__WORK TO COMPLETE__:
Look down the entries below and report how many lines hold the string "origin"; write nothing else.

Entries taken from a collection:
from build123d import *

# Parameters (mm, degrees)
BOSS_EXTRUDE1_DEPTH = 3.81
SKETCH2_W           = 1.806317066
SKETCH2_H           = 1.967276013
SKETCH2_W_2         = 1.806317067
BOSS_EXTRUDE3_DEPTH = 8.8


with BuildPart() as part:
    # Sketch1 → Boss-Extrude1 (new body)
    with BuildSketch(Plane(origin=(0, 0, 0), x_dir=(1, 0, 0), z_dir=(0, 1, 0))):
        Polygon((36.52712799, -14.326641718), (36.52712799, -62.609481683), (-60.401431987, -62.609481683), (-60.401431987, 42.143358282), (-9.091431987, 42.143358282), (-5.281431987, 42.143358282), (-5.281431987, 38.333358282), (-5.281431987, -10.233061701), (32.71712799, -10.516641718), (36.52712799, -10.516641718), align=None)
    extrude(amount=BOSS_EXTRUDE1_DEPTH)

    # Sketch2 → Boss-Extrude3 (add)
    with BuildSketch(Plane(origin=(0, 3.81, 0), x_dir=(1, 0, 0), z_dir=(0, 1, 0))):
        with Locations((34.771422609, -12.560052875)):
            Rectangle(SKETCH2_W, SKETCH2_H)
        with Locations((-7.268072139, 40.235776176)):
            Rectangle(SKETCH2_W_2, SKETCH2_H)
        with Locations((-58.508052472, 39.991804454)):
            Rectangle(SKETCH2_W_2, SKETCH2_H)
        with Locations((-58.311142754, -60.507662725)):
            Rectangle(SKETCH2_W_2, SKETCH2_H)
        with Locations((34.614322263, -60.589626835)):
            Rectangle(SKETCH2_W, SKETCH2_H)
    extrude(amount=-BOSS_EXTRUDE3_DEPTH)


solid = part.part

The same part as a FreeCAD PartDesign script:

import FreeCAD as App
import Part
import Sketcher
from FreeCAD import Vector
Q = App.Units.Quantity


def add_polygon(sketch, points):
    """Adds a closed chain of lines whose ends are joined by coincident constraints."""
    first, n = sketch.GeometryCount, len(points)
    for a, b in zip(points, points[1:] + points[:1]):
        sketch.addGeometry(Part.LineSegment(App.Vector(*a, 0), App.Vector(*b, 0)), False)
    for i in range(n):
        sketch.addConstraint(Sketcher.Constraint("Coincident", first + i, 2, first + (i + 1) % n, 1))

doc = App.newDocument("Part")
body = doc.addObject("PartDesign::Body", "Body")

# Sketch on XZ plane
sketch1 = body.newObject("Sketcher::SketchObject", "Sketch")
sketch1.AttachmentSupport = (doc.getObject("XZ_Plane"), [""])
sketch1.MapMode = "FlatFace"
add_polygon(sketch1, [(36.5, 62.6), (36.5, 10.5), (32.7, 10.5), (-5.3, 10.2), (-5.3, -42.1), (-60.4, -42.1), (-60.4, 62.6)])  # lines 0-6
sketch1.addConstraint([
    Sketcher.Constraint("Vertical", 0),
    Sketcher.Constraint("Horizontal", 1),
    Sketcher.Constraint("Vertical", 3),
    Sketcher.Constraint("Horizontal", 4),
    Sketcher.Constraint("Vertical", 5),
    Sketcher.Constraint("Horizontal", 6),
    Sketcher.Constraint("DistanceX", 1, 2, 1, 1, Q("3.81 mm")),
    Sketcher.Constraint("DistanceX", 4, 2, 4, 1, Q("55.12 mm")),
    Sketcher.Constraint("DistanceY", 3, 2, 1, 2, Q("52.66 mm")),
    Sketcher.Constraint("DistanceX", 6, 1, 6, 2, Q("96.92856 mm")),
    Sketcher.Constraint("DistanceY", 0, 2, 0, 1, Q("52.09284 mm")),
    Sketcher.Constraint("DistanceY", 3, 2, 3, 1, Q("52.37642 mm")),
    Sketcher.Constraint("DistanceY", -1, 1, 0, 2, Q("10.516642 mm")),
    Sketcher.Constraint("DistanceX", 2, 2, -1, 1, Q("5.281432 mm")),
])
pad1 = body.newObject("PartDesign::Pad", "Pad")
pad1.Profile = sketch1
pad1.Length = 3.81
pad1.Reversed = True

# Sketch on XZ plane
sketch2 = body.newObject("Sketcher::SketchObject", "Sketch001")
sketch2.AttachmentSupport = (doc.getObject("XZ_Plane"), [""])
sketch2.MapMode = "FlatFace"
sketch2.AttachmentOffset = App.Placement(Vector(0, 0, -3.81), App.Rotation())
add_polygon(sketch2, [(33.9, 11.6), (33.9, 13.5), (35.7, 13.5), (35.7, 11.6)])  # lines 0-3
add_polygon(sketch2, [(-8.2, -41.2), (-8.2, -39.3), (-6.4, -39.3), (-6.4, -41.2)])  # lines 4-7
add_polygon(sketch2, [(-59.4, -41), (-59.4, -39), (-57.6, -39), (-57.6, -41)])  # lines 8-11
add_polygon(sketch2, [(-59.2, 59.5), (-59.2, 61.5), (-57.4, 61.5), (-57.4, 59.5)])  # lines 12-15
add_polygon(sketch2, [(33.7, 59.6), (33.7, 61.6), (35.5, 61.6), (35.5, 59.6)])  # lines 16-19
sketch2.addConstraint([
    Sketcher.Constraint("Vertical", 0),
    Sketcher.Constraint("Horizontal", 1),
    Sketcher.Constraint("Vertical", 2),
    Sketcher.Constraint("Horizontal", 3),
    Sketcher.Constraint("Vertical", 4),
    Sketcher.Constraint("Horizontal", 5),
    Sketcher.Constraint("Vertical", 6),
    Sketcher.Constraint("Horizontal", 7),
    Sketcher.Constraint("Vertical", 8),
    Sketcher.Constraint("Horizontal", 9),
    Sketcher.Constraint("Vertical", 10),
    Sketcher.Constraint("Horizontal", 11),
    Sketcher.Constraint("Vertical", 12),
    Sketcher.Constraint("Horizontal", 13),
    Sketcher.Constraint("Vertical", 14),
    Sketcher.Constraint("Horizontal", 15),
    Sketcher.Constraint("Vertical", 16),
    Sketcher.Constraint("Horizontal", 17),
    Sketcher.Constraint("Vertical", 18),
    Sketcher.Constraint("Horizontal", 19),
    Sketcher.Constraint("Equal", 3, 5),
    Sketcher.Constraint("Equal", 7, 9),
    Sketcher.Constraint("Equal", 11, 13),
    Sketcher.Constraint("Equal", 15, 17),
    Sketcher.Constraint("Equal", 2, 4),
    Sketcher.Constraint("Equal", 6, 8),
    Sketcher.Constraint("Equal", 10, 12),
    Sketcher.Constraint("Equal", 14, 16),
    Sketcher.Constraint("DistanceX", 12, 2, -1, 1, Q("59.214301 mm")),
    Sketcher.Constraint("DistanceY", -1, 1, 12, 2, Q("61.491301 mm")),
    Sketcher.Constraint("DistanceX", 16, 2, 0, 2, Q("0.1571 mm")),
    Sketcher.Constraint("DistanceX", 1, 1, 1, 2, Q("1.806317 mm")),
    Sketcher.Constraint("DistanceY", 0, 1, 0, 2, Q("1.967276 mm")),
    Sketcher.Constraint("DistanceY", -1, 1, 0, 2, Q("13.543691 mm")),
    Sketcher.Constraint("DistanceX", -1, 1, 1, 2, Q("35.674581 mm")),
    Sketcher.Constraint("DistanceX", 4, 2, -1, 1, Q("8.171231 mm")),
    Sketcher.Constraint("DistanceY", 4, 2, -1, 1, Q("39.252138 mm")),
    Sketcher.Constraint("DistanceX", 8, 2, -1, 1, Q("59.411211 mm")),
    Sketcher.Constraint("DistanceY", -1, 1, 18, 2, Q("59.605989 mm")),
    Sketcher.Constraint("DistanceY", 4, 2, 8, 2, Q("0.243972 mm")),
])
pad2 = body.newObject("PartDesign::Pad", "Pad001")
pad2.Profile = sketch2
pad2.Length = 8.8

doc.recompute()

__RESPONSE AREA__:
2